**WHAT THIS TASK INVOLVES**
Take the data from its first line. Print each line exactly until the line containing "FreeCAD Python script" has been printed too.

Records contained in a dataset:
════════════════

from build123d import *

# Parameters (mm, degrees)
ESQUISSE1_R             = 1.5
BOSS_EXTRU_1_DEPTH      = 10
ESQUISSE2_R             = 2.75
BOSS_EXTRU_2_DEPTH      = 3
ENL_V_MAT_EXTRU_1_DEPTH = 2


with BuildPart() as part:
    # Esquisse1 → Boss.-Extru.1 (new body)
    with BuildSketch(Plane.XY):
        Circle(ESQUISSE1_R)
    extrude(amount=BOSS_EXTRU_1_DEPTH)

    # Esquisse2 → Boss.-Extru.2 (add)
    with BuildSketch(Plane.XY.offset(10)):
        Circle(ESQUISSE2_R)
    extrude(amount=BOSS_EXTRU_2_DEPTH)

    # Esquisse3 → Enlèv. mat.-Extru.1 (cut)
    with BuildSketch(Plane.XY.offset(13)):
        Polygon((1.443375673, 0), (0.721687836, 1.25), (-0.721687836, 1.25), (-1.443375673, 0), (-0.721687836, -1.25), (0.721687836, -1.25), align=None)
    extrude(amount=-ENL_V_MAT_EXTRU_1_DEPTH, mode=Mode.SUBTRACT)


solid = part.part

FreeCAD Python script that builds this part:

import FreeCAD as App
import Part
import Sketcher
Q = App.Units.Quantity

doc = App.newDocument("Part")
body = doc.addObject("PartDesign::Body", "Body")

# Sketch on XY plane
sketch1 = body.newObject("Sketcher::SketchObject", "Sketch")
sketch1.AttachmentSupport = (doc.getObject("XY_Plane"), [""])
sketch1.MapMode = "FlatFace"
sketch1.addGeometry(Part.Circle(App.Vector(0, 0, 0), App.Vector(0, 0, 1), 1.5), False)
sketch1.addConstraint(Sketcher.Constraint("Coincident", 0, 3, -1, 1))
sketch1.addConstraint(Sketcher.Constraint("Diameter", 0, 3.0))
pad1 = body.newObject("PartDesign::Pad", "Pad")
pad1.Profile = sketch1
pad1.Length = 10

# Sketch on XY plane
sketch2 = body.newObject("Sketcher::SketchObject", "Sketch001")
sketch2.AttachmentSupport = (doc.getObject("XY_Plane"), [""])
sketch2.MapMode = "FlatFace"
sketch2.AttachmentOffset = App.Placement(App.Vector(0, 0, 10), App.Rotation())
sketch2.addGeometry(Part.Circle(App.Vector(0, 0, 0), App.Vector(0, 0, 1), 2.8), False)
sketch2.addConstraint(Sketcher.Constraint("Coincident", 0, 3, -1, 1))
sketch2.addConstraint(Sketcher.Constraint("Diameter", 0, 5.5))
pad2 = body.newObject("PartDesign::Pad", "Pad001")
pad2.Profile = sketch2
pad2.Length = 3

# Sketch on XY plane
sketch3 = body.newObject("Sketcher::SketchObject", "Sketch002")
sketch3.AttachmentSupport = (doc.getObject("XY_Plane"), [""])
sketch3.MapMode = "FlatFace"
sketch3.AttachmentOffset = App.Placement(App.Vector(0, 0, 13), App.Rotation())
sketch3.addGeometry(Part.LineSegment(App.Vector(1.4, 0, 0), App.Vector(0.7, 1.2, 0)), False)
sketch3.addGeometry(Part.LineSegment(App.Vector(0.7, 1.2, 0), App.Vector(-0.7, 1.2, 0)), False)
sketch3.addGeometry(Part.LineSegment(App.Vector(-0.7, 1.2, 0), App.Vector(-1.4, 0, 0)), False)
sketch3.addGeometry(Part.LineSegment(App.Vector(-1.4, 0, 0), App.Vector(-0.7, -1.2, 0)), False)
sketch3.addGeometry(Part.LineSegment(App.Vector(-0.7, -1.2, 0), App.Vector(0.7, -1.2, 0)), False)
sketch3.addGeometry(Part.LineSegment(App.Vector(0.7, -1.2, 0), App.Vector(1.4, 0, 0)), False)
sketch3.addConstraint(Sketcher.Constraint("Coincident", 0, 2, 1, 1))
sketch3.addConstraint(Sketcher.Constraint("Coincident", 1, 2, 2, 1))
sketch3.addConstraint(Sketcher.Constraint("Coincident", 2, 2, 3, 1))
sketch3.addConstraint(Sketcher.Constraint("Coincident", 3, 2, 4, 1))
sketch3.addConstraint(Sketcher.Constraint("Coincident", 4, 2, 5, 1))
sketch3.addConstraint(Sketcher.Constraint("Coincident", 5, 2, 0, 1))
sketch3.addConstraint(Sketcher.Constraint("Horizontal", 1))
sketch3.addConstraint(Sketcher.Constraint("Horizontal", 4))
sketch3.addConstraint(Sketcher.Constraint("Symmetric", 0, 2, 3, 2, -1, 1))
sketch3.addConstraint(Sketcher.Constraint("Symmetric", 2, 2, 5, 2, -1, 1))
sketch3.addConstraint(Sketcher.Constraint("PointOnObject", 2, 2, -1))
sketch3.addConstraint(Sketcher.Constraint("Parallel", 2, 5))
sketch3.addConstraint(Sketcher.Constraint("Vertical", 1, 2, 3, 2))
sketch3.addConstraint(Sketcher.Constraint("Angle", 0, Q("120 deg")))
sketch3.addConstraint(Sketcher.Constraint("DistanceY", 3, 2, 1, 2, 2.5))
sketch3.addConstraint(Sketcher.Constraint("DistanceX", 1, 2, 1, 1, 1.443376))
pocket1 = body.newObject("PartDesign::Pocket", "Pocket")
pocket1.Profile = sketch3
pocket1.Length = 2

doc.recompute()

════════════════

**WRITTEN RESPONSE**
from build123d import *

# Parameters (mm, degrees)
ESQUISSE1_R             = 1.5
BOSS_EXTRU_1_DEPTH      = 10
ESQUISSE2_R             = 2.75
BOSS_EXTRU_2_DEPTH      = 3
ENL_V_MAT_EXTRU_1_DEPTH = 2


with BuildPart() as part:
    # Esquisse1 → Boss.-Extru.1 (new body)
    with BuildSketch(Plane.XY):
        Circle(ESQUISSE1_R)
    extrude(amount=BOSS_EXTRU_1_DEPTH)

    # Esquisse2 → Boss.-Extru.2 (add)
    with BuildSketch(Plane.XY.offset(10)):
        Circle(ESQUISSE2_R)
    extrude(amount=BOSS_EXTRU_2_DEPTH)

    # Esquisse3 → Enlèv. mat.-Extru.1 (cut)
    with BuildSketch(Plane.XY.offset(13)):
        Polygon((1.443375673, 0), (0.721687836, 1.25), (-0.721687836, 1.25), (-1.443375673, 0), (-0.721687836, -1.25), (0.721687836, -1.25), align=None)
    extrude(amount=-ENL_V_MAT_EXTRU_1_DEPTH, mode=Mode.SUBTRACT)


solid = part.part

FreeCAD Python script that builds this part:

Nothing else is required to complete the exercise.